* _Task to complete_
Please repeat the records exactly from their first line, finishing at the line containing "f 213 211 214" and including it.

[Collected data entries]
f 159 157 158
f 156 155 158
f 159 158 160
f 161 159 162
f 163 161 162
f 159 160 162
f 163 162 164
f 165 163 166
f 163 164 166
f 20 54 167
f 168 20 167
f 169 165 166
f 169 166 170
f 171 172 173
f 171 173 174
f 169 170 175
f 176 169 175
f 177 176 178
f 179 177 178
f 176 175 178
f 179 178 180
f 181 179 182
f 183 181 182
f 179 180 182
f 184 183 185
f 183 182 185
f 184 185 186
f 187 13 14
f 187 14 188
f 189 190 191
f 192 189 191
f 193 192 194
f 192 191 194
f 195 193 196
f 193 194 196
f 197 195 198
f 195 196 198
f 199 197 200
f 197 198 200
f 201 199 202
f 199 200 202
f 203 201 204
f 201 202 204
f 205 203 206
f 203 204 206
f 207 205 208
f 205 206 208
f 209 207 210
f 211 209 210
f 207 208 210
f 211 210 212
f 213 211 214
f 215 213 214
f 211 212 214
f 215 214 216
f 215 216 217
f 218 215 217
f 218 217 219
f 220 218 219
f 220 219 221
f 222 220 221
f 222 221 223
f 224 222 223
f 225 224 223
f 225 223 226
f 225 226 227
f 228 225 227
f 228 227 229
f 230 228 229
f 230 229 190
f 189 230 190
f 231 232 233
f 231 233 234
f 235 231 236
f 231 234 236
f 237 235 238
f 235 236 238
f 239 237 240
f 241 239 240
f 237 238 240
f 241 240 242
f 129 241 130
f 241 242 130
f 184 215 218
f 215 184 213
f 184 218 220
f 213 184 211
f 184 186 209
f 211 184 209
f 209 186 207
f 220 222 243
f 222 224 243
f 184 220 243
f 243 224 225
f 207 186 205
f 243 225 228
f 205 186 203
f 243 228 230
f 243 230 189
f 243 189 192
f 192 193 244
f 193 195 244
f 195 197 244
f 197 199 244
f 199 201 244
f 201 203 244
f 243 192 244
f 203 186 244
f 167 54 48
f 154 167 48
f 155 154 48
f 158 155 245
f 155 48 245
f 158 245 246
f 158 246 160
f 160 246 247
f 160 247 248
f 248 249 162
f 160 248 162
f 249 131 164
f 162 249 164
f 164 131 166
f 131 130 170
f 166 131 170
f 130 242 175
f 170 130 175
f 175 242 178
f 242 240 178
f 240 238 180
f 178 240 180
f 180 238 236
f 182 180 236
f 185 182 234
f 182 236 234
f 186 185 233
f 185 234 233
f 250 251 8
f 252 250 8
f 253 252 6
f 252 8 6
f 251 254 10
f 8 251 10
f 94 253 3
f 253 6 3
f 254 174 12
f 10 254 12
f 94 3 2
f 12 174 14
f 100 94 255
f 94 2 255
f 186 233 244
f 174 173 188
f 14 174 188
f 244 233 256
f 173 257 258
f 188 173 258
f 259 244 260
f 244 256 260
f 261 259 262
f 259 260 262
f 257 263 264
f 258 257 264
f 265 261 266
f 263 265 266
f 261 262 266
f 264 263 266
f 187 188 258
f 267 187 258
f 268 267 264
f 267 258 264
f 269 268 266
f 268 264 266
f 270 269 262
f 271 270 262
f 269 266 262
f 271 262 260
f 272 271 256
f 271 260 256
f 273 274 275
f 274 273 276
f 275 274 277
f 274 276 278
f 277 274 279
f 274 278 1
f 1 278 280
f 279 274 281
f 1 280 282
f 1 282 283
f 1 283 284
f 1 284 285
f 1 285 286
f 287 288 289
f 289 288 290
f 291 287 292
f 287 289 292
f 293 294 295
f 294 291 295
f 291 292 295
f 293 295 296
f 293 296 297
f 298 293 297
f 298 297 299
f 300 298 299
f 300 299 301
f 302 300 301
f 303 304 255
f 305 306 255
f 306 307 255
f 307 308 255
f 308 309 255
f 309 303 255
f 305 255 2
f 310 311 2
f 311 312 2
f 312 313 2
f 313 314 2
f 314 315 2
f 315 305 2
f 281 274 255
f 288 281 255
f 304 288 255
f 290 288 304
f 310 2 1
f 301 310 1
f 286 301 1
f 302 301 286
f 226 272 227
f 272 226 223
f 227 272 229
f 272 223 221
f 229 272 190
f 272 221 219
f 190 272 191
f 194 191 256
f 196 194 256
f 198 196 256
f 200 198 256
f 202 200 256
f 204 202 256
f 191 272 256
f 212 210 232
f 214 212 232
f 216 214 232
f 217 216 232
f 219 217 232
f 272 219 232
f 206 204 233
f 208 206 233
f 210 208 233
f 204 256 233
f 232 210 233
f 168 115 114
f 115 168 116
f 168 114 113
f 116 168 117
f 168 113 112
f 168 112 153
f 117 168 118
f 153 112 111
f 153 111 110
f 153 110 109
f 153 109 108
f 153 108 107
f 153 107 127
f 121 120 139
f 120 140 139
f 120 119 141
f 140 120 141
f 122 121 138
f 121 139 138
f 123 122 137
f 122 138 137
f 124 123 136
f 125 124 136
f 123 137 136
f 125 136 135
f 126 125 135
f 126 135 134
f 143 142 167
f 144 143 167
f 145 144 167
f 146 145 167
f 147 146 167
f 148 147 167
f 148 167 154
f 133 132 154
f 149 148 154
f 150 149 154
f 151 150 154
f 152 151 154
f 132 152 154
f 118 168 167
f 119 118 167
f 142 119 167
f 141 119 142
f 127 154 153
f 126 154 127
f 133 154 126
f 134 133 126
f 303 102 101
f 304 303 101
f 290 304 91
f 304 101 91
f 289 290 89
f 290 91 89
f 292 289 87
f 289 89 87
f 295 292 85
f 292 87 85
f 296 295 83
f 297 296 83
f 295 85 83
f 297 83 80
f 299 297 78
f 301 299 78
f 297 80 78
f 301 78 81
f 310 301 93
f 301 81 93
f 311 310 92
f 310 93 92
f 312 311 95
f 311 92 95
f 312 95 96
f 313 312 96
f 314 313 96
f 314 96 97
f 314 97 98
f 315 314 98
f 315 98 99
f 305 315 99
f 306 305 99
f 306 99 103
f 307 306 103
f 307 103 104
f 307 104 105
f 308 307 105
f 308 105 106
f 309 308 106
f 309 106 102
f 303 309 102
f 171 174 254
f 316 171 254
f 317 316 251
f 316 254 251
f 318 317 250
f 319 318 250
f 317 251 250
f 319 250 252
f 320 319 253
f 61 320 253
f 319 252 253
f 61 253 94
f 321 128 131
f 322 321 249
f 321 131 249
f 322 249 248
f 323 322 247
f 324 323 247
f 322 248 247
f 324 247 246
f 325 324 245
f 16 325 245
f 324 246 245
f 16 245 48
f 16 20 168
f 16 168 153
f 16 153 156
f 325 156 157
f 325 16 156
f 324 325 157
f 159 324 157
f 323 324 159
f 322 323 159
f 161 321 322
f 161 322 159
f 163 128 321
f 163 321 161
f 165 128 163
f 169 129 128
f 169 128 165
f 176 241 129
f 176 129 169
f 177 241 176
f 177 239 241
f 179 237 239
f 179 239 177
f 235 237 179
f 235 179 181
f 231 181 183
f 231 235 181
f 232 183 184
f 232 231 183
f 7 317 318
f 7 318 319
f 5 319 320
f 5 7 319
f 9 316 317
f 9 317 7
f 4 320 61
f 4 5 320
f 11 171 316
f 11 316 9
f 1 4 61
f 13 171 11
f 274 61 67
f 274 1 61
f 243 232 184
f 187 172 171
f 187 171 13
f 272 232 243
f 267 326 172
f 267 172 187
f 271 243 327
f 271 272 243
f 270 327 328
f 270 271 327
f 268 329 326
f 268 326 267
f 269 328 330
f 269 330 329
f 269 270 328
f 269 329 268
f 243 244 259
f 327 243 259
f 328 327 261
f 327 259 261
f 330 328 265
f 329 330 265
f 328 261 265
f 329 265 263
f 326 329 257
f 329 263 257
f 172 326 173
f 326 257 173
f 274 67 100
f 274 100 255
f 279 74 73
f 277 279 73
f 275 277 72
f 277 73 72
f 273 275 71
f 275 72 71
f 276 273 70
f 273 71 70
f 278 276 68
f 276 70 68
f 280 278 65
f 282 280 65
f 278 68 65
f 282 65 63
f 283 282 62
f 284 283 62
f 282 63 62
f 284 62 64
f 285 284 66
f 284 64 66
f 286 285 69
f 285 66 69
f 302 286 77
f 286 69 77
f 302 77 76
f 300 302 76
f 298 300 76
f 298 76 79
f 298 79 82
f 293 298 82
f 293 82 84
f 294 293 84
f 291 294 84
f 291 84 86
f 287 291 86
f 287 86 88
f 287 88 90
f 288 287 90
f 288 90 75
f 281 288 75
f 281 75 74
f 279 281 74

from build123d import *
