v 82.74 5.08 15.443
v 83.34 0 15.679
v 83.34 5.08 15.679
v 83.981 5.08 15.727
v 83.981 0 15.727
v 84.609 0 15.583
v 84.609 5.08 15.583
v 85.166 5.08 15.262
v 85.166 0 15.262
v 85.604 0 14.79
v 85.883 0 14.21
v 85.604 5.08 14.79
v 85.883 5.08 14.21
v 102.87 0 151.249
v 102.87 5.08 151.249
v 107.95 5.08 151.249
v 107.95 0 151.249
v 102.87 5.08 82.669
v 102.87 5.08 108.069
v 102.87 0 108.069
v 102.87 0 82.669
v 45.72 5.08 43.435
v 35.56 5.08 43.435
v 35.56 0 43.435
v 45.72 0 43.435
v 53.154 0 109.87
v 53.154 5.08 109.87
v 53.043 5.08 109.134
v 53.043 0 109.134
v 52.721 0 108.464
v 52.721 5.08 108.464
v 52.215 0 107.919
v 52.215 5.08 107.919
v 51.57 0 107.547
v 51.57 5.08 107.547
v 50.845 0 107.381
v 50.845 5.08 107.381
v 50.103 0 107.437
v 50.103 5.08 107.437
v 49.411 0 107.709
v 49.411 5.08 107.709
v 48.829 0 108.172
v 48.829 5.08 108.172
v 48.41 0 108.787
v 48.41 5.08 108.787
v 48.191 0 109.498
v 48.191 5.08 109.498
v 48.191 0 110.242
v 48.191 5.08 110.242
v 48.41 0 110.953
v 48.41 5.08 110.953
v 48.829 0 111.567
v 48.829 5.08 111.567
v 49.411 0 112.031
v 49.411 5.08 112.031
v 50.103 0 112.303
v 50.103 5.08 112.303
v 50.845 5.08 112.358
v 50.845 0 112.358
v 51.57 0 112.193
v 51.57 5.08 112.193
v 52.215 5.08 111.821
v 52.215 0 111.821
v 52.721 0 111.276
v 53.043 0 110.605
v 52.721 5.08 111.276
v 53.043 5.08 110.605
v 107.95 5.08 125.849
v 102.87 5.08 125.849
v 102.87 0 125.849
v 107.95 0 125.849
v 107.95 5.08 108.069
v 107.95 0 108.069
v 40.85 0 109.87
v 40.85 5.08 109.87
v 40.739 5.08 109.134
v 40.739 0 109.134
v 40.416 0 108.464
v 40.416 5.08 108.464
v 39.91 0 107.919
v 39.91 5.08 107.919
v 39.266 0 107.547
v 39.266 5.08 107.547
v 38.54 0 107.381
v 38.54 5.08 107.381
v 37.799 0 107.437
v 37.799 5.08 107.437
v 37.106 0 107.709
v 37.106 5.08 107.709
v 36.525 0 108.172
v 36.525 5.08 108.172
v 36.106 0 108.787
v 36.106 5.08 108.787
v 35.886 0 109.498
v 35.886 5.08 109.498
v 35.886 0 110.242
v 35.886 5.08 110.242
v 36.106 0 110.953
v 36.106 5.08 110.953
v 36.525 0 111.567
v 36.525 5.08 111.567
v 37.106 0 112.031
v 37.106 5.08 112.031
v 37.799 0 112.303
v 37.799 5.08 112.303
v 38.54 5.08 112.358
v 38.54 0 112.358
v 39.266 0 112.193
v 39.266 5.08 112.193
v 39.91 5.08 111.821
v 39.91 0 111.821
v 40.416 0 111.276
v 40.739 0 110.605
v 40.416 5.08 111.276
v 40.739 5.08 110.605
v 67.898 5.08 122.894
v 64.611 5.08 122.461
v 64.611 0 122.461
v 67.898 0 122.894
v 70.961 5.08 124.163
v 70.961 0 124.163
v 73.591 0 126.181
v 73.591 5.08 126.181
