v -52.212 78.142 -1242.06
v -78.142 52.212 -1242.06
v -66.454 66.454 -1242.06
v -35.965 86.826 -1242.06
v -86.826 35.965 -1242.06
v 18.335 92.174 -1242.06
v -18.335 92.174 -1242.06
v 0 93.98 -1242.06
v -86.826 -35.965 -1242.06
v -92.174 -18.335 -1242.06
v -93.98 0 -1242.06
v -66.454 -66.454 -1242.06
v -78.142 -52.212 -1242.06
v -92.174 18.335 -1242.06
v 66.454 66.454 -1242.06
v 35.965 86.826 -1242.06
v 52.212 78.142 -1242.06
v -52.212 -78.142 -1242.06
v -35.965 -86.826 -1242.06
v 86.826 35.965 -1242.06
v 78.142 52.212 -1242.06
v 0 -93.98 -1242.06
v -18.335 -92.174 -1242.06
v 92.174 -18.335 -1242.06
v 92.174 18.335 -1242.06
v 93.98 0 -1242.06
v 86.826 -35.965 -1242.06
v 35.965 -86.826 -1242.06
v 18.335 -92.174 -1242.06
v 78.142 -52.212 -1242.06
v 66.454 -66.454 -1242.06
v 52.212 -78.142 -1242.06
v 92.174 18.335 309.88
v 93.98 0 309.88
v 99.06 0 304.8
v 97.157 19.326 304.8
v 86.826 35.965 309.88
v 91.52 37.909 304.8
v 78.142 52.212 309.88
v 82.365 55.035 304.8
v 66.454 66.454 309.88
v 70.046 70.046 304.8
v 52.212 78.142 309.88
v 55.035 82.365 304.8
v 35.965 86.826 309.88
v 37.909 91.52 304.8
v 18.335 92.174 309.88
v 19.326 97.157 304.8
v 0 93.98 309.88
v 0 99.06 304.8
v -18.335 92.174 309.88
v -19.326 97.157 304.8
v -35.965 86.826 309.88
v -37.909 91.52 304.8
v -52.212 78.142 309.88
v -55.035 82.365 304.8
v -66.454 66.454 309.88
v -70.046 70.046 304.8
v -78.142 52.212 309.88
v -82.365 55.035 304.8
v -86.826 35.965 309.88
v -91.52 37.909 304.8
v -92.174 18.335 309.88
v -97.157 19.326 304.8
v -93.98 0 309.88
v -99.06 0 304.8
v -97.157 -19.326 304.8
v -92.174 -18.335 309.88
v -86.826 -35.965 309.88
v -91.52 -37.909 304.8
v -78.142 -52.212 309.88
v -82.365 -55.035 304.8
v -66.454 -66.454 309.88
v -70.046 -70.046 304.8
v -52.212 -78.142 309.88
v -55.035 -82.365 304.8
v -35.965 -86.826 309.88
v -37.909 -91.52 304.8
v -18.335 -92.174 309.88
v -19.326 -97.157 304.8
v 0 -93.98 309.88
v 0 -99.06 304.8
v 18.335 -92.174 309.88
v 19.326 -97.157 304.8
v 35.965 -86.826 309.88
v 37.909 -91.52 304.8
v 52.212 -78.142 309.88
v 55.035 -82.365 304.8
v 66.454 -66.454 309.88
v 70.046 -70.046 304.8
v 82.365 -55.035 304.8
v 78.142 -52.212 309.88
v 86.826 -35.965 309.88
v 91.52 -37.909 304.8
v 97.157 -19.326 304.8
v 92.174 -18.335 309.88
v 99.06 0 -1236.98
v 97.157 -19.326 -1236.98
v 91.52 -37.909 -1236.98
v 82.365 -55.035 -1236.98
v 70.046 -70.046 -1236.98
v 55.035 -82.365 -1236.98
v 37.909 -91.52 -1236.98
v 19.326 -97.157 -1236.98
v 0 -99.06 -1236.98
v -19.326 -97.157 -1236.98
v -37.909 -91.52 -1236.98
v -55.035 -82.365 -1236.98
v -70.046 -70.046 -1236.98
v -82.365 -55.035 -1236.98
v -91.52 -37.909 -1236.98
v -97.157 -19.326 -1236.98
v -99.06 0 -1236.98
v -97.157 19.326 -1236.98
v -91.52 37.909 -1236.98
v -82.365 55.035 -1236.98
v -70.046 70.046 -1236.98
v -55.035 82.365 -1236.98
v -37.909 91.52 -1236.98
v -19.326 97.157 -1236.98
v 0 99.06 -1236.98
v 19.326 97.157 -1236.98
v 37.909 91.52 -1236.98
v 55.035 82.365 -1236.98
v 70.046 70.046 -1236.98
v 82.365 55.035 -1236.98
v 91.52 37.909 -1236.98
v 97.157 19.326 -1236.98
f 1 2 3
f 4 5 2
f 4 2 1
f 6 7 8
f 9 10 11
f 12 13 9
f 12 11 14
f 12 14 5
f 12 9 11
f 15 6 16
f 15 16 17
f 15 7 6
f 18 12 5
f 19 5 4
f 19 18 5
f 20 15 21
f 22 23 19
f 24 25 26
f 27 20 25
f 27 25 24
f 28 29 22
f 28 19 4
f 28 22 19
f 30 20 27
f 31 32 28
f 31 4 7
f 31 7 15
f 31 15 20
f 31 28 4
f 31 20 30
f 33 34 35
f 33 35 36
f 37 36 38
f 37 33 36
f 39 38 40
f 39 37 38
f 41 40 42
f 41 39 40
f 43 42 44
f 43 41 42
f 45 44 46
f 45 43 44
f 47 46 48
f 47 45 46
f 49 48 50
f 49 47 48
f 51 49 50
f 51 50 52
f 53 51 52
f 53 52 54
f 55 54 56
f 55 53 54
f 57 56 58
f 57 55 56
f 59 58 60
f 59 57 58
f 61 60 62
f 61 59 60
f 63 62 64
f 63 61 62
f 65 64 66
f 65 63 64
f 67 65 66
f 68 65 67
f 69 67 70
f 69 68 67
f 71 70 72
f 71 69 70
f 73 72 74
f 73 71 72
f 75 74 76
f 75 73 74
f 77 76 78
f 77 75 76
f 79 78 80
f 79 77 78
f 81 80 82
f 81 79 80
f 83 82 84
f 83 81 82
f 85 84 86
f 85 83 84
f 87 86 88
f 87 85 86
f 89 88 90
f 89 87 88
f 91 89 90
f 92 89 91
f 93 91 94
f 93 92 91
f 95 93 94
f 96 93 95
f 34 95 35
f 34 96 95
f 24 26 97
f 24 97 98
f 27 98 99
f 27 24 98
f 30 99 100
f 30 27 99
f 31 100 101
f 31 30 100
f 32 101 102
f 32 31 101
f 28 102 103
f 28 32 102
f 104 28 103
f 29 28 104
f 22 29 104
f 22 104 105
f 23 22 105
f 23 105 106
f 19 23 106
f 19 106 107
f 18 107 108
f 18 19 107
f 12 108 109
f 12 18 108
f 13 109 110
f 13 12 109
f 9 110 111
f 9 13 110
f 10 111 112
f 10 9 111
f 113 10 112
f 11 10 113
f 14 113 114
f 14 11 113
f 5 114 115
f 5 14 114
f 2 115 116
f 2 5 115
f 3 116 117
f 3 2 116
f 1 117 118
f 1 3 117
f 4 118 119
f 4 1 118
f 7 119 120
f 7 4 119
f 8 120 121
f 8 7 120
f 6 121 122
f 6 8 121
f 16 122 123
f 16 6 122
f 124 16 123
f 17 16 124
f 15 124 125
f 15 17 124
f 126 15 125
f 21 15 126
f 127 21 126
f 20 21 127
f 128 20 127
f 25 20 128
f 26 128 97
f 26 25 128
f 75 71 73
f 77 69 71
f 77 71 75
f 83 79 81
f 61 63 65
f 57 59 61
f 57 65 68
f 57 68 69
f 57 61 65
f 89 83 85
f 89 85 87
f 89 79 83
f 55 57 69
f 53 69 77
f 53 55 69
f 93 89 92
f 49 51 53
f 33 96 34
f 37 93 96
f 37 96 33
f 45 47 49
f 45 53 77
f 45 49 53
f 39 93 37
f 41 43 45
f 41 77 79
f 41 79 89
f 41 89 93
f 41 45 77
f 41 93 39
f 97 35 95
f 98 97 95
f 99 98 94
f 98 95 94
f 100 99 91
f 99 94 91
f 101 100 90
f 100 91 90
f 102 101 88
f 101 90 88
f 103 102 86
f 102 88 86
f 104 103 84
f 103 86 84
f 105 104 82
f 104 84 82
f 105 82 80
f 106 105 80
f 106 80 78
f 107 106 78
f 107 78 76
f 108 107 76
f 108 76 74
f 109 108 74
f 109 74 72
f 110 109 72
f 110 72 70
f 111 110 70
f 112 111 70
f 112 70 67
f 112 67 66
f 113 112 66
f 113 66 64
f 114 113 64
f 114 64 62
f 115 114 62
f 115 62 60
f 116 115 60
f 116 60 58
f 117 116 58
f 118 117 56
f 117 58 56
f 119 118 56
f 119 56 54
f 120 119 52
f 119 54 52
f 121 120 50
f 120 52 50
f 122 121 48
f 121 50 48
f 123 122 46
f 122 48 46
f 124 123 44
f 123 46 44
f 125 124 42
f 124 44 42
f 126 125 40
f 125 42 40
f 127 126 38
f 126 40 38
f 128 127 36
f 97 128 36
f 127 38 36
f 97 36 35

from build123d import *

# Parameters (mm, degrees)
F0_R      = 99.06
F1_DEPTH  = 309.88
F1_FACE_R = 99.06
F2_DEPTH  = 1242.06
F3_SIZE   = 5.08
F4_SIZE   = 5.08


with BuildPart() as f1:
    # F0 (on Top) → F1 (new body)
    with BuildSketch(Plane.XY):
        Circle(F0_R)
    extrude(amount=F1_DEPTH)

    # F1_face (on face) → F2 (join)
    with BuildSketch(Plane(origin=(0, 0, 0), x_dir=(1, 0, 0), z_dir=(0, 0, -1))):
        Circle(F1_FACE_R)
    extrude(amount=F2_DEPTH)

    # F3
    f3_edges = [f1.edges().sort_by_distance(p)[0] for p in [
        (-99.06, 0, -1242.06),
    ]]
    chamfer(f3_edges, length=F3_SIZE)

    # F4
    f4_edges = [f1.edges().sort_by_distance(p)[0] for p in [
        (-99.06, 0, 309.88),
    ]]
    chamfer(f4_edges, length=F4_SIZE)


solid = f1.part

* _Answer to this task_
f 159 157 158
f 156 155 158
f 159 158 160
f 161 159 162
f 163 161 162
f 159 160 162
f 163 162 164
f 165 163 166
f 163 164 166
f 20 54 167
f 168 20 167
f 169 165 166
f 169 166 170
f 171 172 173
f 171 173 174
f 169 170 175
f 176 169 175
f 177 176 178
f 179 177 178
f 176 175 178
f 179 178 180
f 181 179 182
f 183 181 182
f 179 180 182
f 184 183 185
f 183 182 185
f 184 185 186
f 187 13 14
f 187 14 188
f 189 190 191
f 192 189 191
f 193 192 194
f 192 191 194
f 195 193 196
f 193 194 196
f 197 195 198
f 195 196 198
f 199 197 200
f 197 198 200
f 201 199 202
f 199 200 202
f 203 201 204
f 201 202 204
f 205 203 206
f 203 204 206
f 207 205 208
f 205 206 208
f 209 207 210
f 211 209 210
f 207 208 210
f 211 210 212
f 213 211 214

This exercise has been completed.